Student Technical Paper
Technical Paper
Slurm Simulator: Improving Slurm Scheduler Performance on Large HPC systems by Utilization of Multiple Controllers and Node Sharing
Event Type
Student Technical Paper
Technical Paper
Facilitation Tags
HPC Facilitation
Technical Paper Tags
Technical Paper
Student Technical Paper
TimeTuesday, July 2410:30am - 10:45am
DescriptionA Slurm simulator was used to study the potential benefits of using multiple Slurm controllers and node-sharing on the TACC Stampede 2 system.

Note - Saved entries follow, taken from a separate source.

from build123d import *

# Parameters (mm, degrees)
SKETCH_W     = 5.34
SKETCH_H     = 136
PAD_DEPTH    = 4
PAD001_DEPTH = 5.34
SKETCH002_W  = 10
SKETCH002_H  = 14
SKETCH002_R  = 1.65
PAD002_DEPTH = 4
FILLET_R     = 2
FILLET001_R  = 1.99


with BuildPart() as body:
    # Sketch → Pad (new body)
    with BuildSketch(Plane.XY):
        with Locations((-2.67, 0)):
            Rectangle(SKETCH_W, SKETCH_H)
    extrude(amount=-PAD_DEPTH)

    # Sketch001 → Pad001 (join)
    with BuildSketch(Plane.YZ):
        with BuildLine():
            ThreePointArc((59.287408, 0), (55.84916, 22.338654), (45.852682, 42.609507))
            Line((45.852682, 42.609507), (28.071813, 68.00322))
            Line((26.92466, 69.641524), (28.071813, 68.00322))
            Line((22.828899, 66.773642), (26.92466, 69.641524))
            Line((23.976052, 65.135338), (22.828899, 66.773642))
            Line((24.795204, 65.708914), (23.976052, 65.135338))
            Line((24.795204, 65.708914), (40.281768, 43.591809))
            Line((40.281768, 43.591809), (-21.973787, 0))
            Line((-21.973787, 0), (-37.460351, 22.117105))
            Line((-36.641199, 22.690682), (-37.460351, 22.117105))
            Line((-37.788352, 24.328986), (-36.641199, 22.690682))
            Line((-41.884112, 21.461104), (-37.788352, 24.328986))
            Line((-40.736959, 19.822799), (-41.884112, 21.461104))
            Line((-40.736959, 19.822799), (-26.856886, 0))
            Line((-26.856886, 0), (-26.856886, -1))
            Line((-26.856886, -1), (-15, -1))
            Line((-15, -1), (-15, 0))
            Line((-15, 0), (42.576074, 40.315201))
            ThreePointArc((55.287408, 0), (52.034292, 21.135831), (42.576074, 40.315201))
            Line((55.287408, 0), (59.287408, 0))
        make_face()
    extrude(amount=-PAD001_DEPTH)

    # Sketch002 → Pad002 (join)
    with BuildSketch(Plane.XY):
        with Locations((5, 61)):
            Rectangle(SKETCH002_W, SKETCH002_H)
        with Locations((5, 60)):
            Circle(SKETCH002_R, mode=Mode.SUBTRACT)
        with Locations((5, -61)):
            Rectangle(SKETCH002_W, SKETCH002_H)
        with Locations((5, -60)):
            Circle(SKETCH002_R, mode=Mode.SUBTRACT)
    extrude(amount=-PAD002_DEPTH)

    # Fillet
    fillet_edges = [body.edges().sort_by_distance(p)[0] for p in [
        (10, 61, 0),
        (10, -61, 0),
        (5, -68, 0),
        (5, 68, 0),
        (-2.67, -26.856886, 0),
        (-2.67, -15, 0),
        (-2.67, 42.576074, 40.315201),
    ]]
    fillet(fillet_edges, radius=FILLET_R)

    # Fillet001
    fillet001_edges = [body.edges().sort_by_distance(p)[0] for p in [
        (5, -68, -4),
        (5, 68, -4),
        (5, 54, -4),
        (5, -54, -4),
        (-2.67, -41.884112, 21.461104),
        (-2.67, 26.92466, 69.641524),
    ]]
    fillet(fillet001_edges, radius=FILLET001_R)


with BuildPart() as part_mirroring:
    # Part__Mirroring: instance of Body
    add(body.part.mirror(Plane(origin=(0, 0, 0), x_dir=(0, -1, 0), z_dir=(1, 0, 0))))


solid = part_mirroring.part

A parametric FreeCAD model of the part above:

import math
import FreeCAD as App
import Part
import Sketcher
Q = App.Units.Quantity


def edges_at(feature, points):
    """Names of the edges that pass closest to the given points."""
    edges = feature.Shape.Edges
    near = lambda p: min(range(len(edges)), key=lambda i: edges[i].distToShape(Part.Vertex(*p))[0])
    return sorted({f"Edge{near(p) + 1}" for p in points})


def add_polygon(sketch, points):
    """Adds a closed chain of lines whose ends are joined by coincident constraints."""
    first, n = sketch.GeometryCount, len(points)
    for a, b in zip(points, points[1:] + points[:1]):
        sketch.addGeometry(Part.LineSegment(App.Vector(*a, 0), App.Vector(*b, 0)), False)
    for i in range(n):
        sketch.addConstraint(Sketcher.Constraint("Coincident", first + i, 2, first + (i + 1) % n, 1))

doc = App.newDocument("Part")
body = doc.addObject("PartDesign::Body", "Body")

# Sketch on XY plane
sketch1 = body.newObject("Sketcher::SketchObject", "Sketch")
sketch1.AttachmentSupport = (doc.getObject("XY_Plane"), [""])
sketch1.MapMode = "FlatFace"
add_polygon(sketch1, [(-5.34, 68), (-5.34, -68), (0, -68), (0, 68)])  # lines 0-3
sketch1.addConstraint(Sketcher.Constraint("Vertical", 0))
sketch1.addConstraint(Sketcher.Constraint("Horizontal", 1))
sketch1.addConstraint(Sketcher.Constraint("Vertical", 2))
sketch1.addConstraint(Sketcher.Constraint("Horizontal", 3))
sketch1.addConstraint(Sketcher.Constraint("Symmetric", 1, 2, 2, 2, -1, 1))
sketch1.addConstraint(Sketcher.Constraint("DistanceY", 0, 2, 0, 1, 136.0))
sketch1.addConstraint(Sketcher.Constraint("DistanceX", 1, 1, 1, 2, 5.34))
pad1 = body.newObject("PartDesign::Pad", "Pad")
pad1.Profile = sketch1
pad1.Length = 4
pad1.Reversed = True

# Sketch on YZ plane
sketch2 = body.newObject("Sketcher::SketchObject", "Sketch001")
sketch2.AttachmentSupport = (doc.getObject("YZ_Plane"), [""])
sketch2.MapMode = "FlatFace"
sketch2.addGeometry(Part.ArcOfCircle(Part.Circle(App.Vector(-15.000008, -0.000002, 0), App.Vector(0, 0, 1), 74.287416), math.radians(0.000002), math.radians(34.999998)), False)
sketch2.addGeometry(Part.LineSegment(App.Vector(45.852682, 42.609507, 0), App.Vector(28.071813, 68.00322, 0)), False)
sketch2.addGeometry(Part.LineSegment(App.Vector(28.071813, 68.00322, 0), App.Vector(26.92466, 69.641524, 0)), False)
sketch2.addGeometry(Part.LineSegment(App.Vector(26.92466, 69.641524, 0), App.Vector(22.828899, 66.773642, 0)), False)
sketch2.addGeometry(Part.LineSegment(App.Vector(22.828899, 66.773642, 0), App.Vector(23.976052, 65.135338, 0)), False)
sketch2.addGeometry(Part.LineSegment(App.Vector(23.976052, 65.135338, 0), App.Vector(24.795204, 65.708914, 0)), False)
sketch2.addGeometry(Part.LineSegment(App.Vector(24.795204, 65.708914, 0), App.Vector(40.281768, 43.591809, 0)), False)
sketch2.addGeometry(Part.LineSegment(App.Vector(40.281768, 43.591809, 0), App.Vector(-21.973787, 0, 0)), False)
sketch2.addGeometry(Part.LineSegment(App.Vector(-21.973787, 0, 0), App.Vector(-37.460351, 22.117105, 0)), False)
sketch2.addGeometry(Part.LineSegment(App.Vector(-37.460351, 22.117105, 0), App.Vector(-36.641199, 22.690682, 0)), False)
sketch2.addGeometry(Part.LineSegment(App.Vector(-36.641199, 22.690682, 0), App.Vector(-37.788352, 24.328986, 0)), False)
sketch2.addGeometry(Part.LineSegment(App.Vector(-37.788352, 24.328986, 0), App.Vector(-41.884112, 21.461104, 0)), False)
sketch2.addGeometry(Part.LineSegment(App.Vector(-41.884112, 21.461104, 0), App.Vector(-40.736959, 19.822799, 0)), False)
sketch2.addGeometry(Part.LineSegment(App.Vector(-40.736959, 19.822799, 0), App.Vector(-26.856886, 0, 0)), False)
sketch2.addGeometry(Part.LineSegment(App.Vector(-26.856886, 0, 0), App.Vector(-26.856886, -1, 0)), False)
sketch2.addGeometry(Part.LineSegment(App.Vector(-26.856886, -1, 0), App.Vector(-15, -1, 0)), False)
sketch2.addGeometry(Part.LineSegment(App.Vector(-15, -1, 0), App.Vector(-15, 0, 0)), False)
sketch2.addGeometry(Part.LineSegment(App.Vector(-15, 0, 0), App.Vector(42.576074, 40.315201, 0)), False)
sketch2.addGeometry(Part.ArcOfCircle(Part.Circle(App.Vector(-15.00001, -0.000003, 0), App.Vector(0, 0, 1), 70.287418), math.radians(0.000003), math.radians(34.999997)), False)
sketch2.addGeometry(Part.LineSegment(App.Vector(55.287408, 0, 0), App.Vector(59.287408, 0, 0)), False)
sketch2.addConstraint(Sketcher.Constraint("Tangent", 0, 2, 1, 1))
sketch2.addConstraint(Sketcher.Constraint("Coincident", 1, 2, 2, 1))
sketch2.addConstraint(Sketcher.Constraint("Coincident", 2, 2, 3, 1))
sketch2.addConstraint(Sketcher.Constraint("Coincident", 3, 2, 4, 1))
sketch2.addConstraint(Sketcher.Constraint("Coincident", 4, 2, 5, 1))
sketch2.addConstraint(Sketcher.Constraint("Coincident", 5, 2, 6, 1))
sketch2.addConstraint(Sketcher.Constraint("Coincident", 6, 2, 7, 1))
sketch2.addConstraint(Sketcher.Constraint("Coincident", 7, 2, 8, 1))
sketch2.addConstraint(Sketcher.Constraint("Coincident", 8, 2, 9, 1))
sketch2.addConstraint(Sketcher.Constraint("Coincident", 9, 2, 10, 1))
sketch2.addConstraint(Sketcher.Constraint("Coincident", 10, 2, 11, 1))
sketch2.addConstraint(Sketcher.Constraint("Coincident", 11, 2, 12, 1))
sketch2.addConstraint(Sketcher.Constraint("Coincident", 12, 2, 13, 1))
sketch2.addConstraint(Sketcher.Constraint("Coincident", 13, 2, 14, 1))
sketch2.addConstraint(Sketcher.Constraint("Coincident", 14, 2, 15, 1))
sketch2.addConstraint(Sketcher.Constraint("Coincident", 15, 2, 16, 1))
sketch2.addConstraint(Sketcher.Constraint("Coincident", 16, 2, 17, 1))
sketch2.addConstraint(Sketcher.Constraint("Coincident", 17, 2, 18, 2))
sketch2.addConstraint(Sketcher.Constraint("Coincident", 18, 1, 19, 1))
sketch2.addConstraint(Sketcher.Constraint("Coincident", 19, 2, 0, 1))
sketch2.addConstraint(Sketcher.Constraint("Vertical", 14))
sketch2.addConstraint(Sketcher.Constraint("Horizontal", 15))
sketch2.addConstraint(Sketcher.Constraint("Vertical", 16))
sketch2.addConstraint(Sketcher.Constraint("Horizontal", 19))
sketch2.addConstraint(Sketcher.Constraint("Coincident", 18, 3, 0, 3))
sketch2.addConstraint(Sketcher.Constraint("Coincident", 16, 2, 0, 3))
sketch2.addConstraint(Sketcher.Constraint("PointOnObject", 7, 2, -1))
sketch2.addConstraint(Sketcher.Constraint("PointOnObject", 13, 2, -1))
sketch2.addConstraint(Sketcher.Constraint("PointOnObject", 16, 2, -1))
sketch2.addConstraint(Sketcher.Constraint("PointOnObject", 18, 1, -1))
sketch2.addConstraint(Sketcher.Constraint("Parallel", 1, 2))
sketch2.addConstraint(Sketcher.Constraint("Perpendicular", 2, 3))
sketch2.addConstraint(Sketcher.Constraint("Perpendicular", 3, 4))
sketch2.addConstraint(Sketcher.Constraint("Perpendicular", 4, 5))
sketch2.addConstraint(Sketcher.Constraint("Perpendicular", 5, 6))
sketch2.addConstraint(Sketcher.Constraint("Perpendicular", 6, 7))
sketch2.addConstraint(Sketcher.Constraint("Perpendicular", 7, 8))
sketch2.addConstraint(Sketcher.Constraint("Perpendicular", 8, 9))
sketch2.addConstraint(Sketcher.Constraint("Perpendicular", 9, 10))
sketch2.addConstraint(Sketcher.Constraint("Perpendicular", 10, 11))
sketch2.addConstraint(Sketcher.Constraint("Perpendicular", 11, 12))
sketch2.addConstraint(Sketcher.Constraint("Parallel", 12, 13))
sketch2.addConstraint(Sketcher.Constraint("Perpendicular", 13, 17))
sketch2.addConstraint(Sketcher.Constraint("Equal", 2, 4))
sketch2.addConstraint(Sketcher.Constraint("Equal", 6, 8))
sketch2.addConstraint(Sketcher.Constraint("Equal", 5, 9))
sketch2.addConstraint(Sketcher.Constraint("Equal", 4, 10))
sketch2.addConstraint(Sketcher.Constraint("Equal", 3, 11))
sketch2.addConstraint(Sketcher.Constraint("Equal", 10, 12))
sketch2.addConstraint(Sketcher.Constraint("DistanceX", 19, 1, 19, 2, 4.0))
sketch2.addConstraint(Sketcher.Constraint("DistanceY", 14, 2, 14, 1, 1.0))
sketch2.addConstraint(Sketcher.Constraint("Angle", 1, Q("125 deg")))
sketch2.addConstraint(Sketcher.Constraint("Distance", 1, 30.999999))
sketch2.addConstraint(Sketcher.Constraint("Distance", 2, 2.0))
sketch2.addConstraint(Sketcher.Constraint("Distance", 3, 5.000001))
sketch2.addConstraint(Sketcher.Constraint("Distance", 5, 1.0))
sketch2.addConstraint(Sketcher.Constraint("Distance", 6, 27.0))
sketch2.addConstraint(Sketcher.Constraint("Distance", 7, 76.0))
sketch2.addConstraint(Sketcher.Constraint("DistanceX", 15, 2, -1, 1, 15.0))
pad2 = body.newObject("PartDesign::Pad", "Pad001")
pad2.Profile = sketch2
pad2.Length = 5.34
pad2.Reversed = True

# Sketch on XY plane
sketch3 = body.newObject("Sketcher::SketchObject", "Sketch002")
sketch3.AttachmentSupport = (doc.getObject("XY_Plane"), [""])
sketch3.MapMode = "FlatFace"
add_polygon(sketch3, [(0, 68), (0, 54), (10, 54), (10, 68)])  # lines 0-3
sketch3.addGeometry(Part.Circle(App.Vector(5, 60, 0), App.Vector(0, 0, 1), 1.65), False)  # 4
add_polygon(sketch3, [(0, -54), (0, -68), (10, -68), (10, -54)])  # lines 5-8
sketch3.addGeometry(Part.Circle(App.Vector(5, -60, 0), App.Vector(0, 0, 1), 1.65), False)  # 9
sketch3.addConstraint(Sketcher.Constraint("Vertical", 0))
sketch3.addConstraint(Sketcher.Constraint("Horizontal", 1))
sketch3.addConstraint(Sketcher.Constraint("Vertical", 2))
sketch3.addConstraint(Sketcher.Constraint("Horizontal", 3))
sketch3.addConstraint(Sketcher.Constraint("Vertical", 5))
sketch3.addConstraint(Sketcher.Constraint("Horizontal", 6))
sketch3.addConstraint(Sketcher.Constraint("Vertical", 7))
sketch3.addConstraint(Sketcher.Constraint("Horizontal", 8))
sketch3.addConstraint(Sketcher.Constraint("Equal", 4, 9))
sketch3.addConstraint(Sketcher.Constraint("Symmetric", 3, 2, 5, 2, -1, 1))
sketch3.addConstraint(Sketcher.Constraint("Symmetric", 4, 3, 9, 3, -1))
sketch3.addConstraint(Sketcher.Constraint("Symmetric", 1, 2, 7, 2, -1))
sketch3.addConstraint(Sketcher.Constraint("PointOnObject", 0, 2, -2))
sketch3.addConstraint(Sketcher.Constraint("Diameter", 4, 3.3))
sketch3.addConstraint(Sketcher.Constraint("DistanceX", 1, 1, 1, 2, 10.0))
sketch3.addConstraint(Sketcher.Constraint("DistanceY", 0, 2, 0, 1, 14.0))
sketch3.addConstraint(Sketcher.Constraint("DistanceX", -1, 1, 4, 3, 5.0))
sketch3.addConstraint(Sketcher.Constraint("DistanceY", -1, 1, 4, 3, 60.0))
sketch3.addConstraint(Sketcher.Constraint("DistanceY", -1, 1, 0, 2, 54.0))
pad3 = body.newObject("PartDesign::Pad", "Pad002")
pad3.Profile = sketch3
pad3.Length = 4
pad3.Reversed = True
doc.recompute()

fillet = body.newObject("PartDesign::Fillet", "Fillet")
fillet.Base = (pad3, edges_at(pad3, [
    (10, 61, 0),
    (10, -61, 0),
    (2.33, -68, 0),
    (2.33, 68, 0),
    (-2.67, -26.857, 0),
    (-2.67, -15, 0),
    (-2.67, 42.576, 40.315),
]))
fillet.Radius = 2
doc.recompute()

fillet2 = body.newObject("PartDesign::Fillet", "Fillet001")
fillet2.Base = (fillet, edges_at(fillet, [
    (2.33, -68, -4),
    (2.33, 68, -4),
    (5, 54, -4),
    (5, -54, -4),
    (-2.67, -41.884, 21.461),
    (-2.67, 26.925, 69.642),
]))
fillet2.Radius = 1.99
body2 = doc.addObject("PartDesign::Body", "Body001")
doc.recompute()

mirroring = doc.addObject("Part::Mirroring", "Mirroring")
mirroring.Source = body
mirroring.Base = App.Vector(0, 0, 0)
mirroring.Normal = App.Vector(1, 0, 0)
body2.BaseFeature = mirroring
doc.recompute()
body.Visibility = False
mirroring.Visibility = False

doc.recompute()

Splitting a large cluster into smaller sub-clusters with separate Slurm controllers can offer better scheduling performance and better responsiveness due to an increased computational capability which increases the backfill scheduler efficiency. The disadvantage is additional hardware, more maintenance and an incapability to run jobs across the sub-clusters. Node sharing can increase system throughput by allowing several sub-node jobs to be executed on the same node. However, node sharing is more computationally demanding and might not be advantageous on larger systems. The Slurm simulator allows an estimation of the potential benefits from these configurations and provides information on the advantages to be expected from such a configuration deployment. In this work, multiple Slurm controllers and node-sharing were tested on a TACC Stampede 2 system consisting of two distinct node types: 4,200 Intel Xeon Phi Knights Landing (KNL) nodes and 1,736 Intel Xeon Skylake-X (SLX) nodes. For this system utilization of separate controllers for KNL and SLX nodes with node sharing allowed on SLX nodes resulted in a 40% reduction in waiting times for jobs executed on the SLX nodes. This improvement can be attributed to the better performance of the backfill scheduler. It scheduled 30% more SLX jobs, has a 30% reduction in the fraction of cycles that hit the time-limit and nearly doubles the jobs scheduling attempts.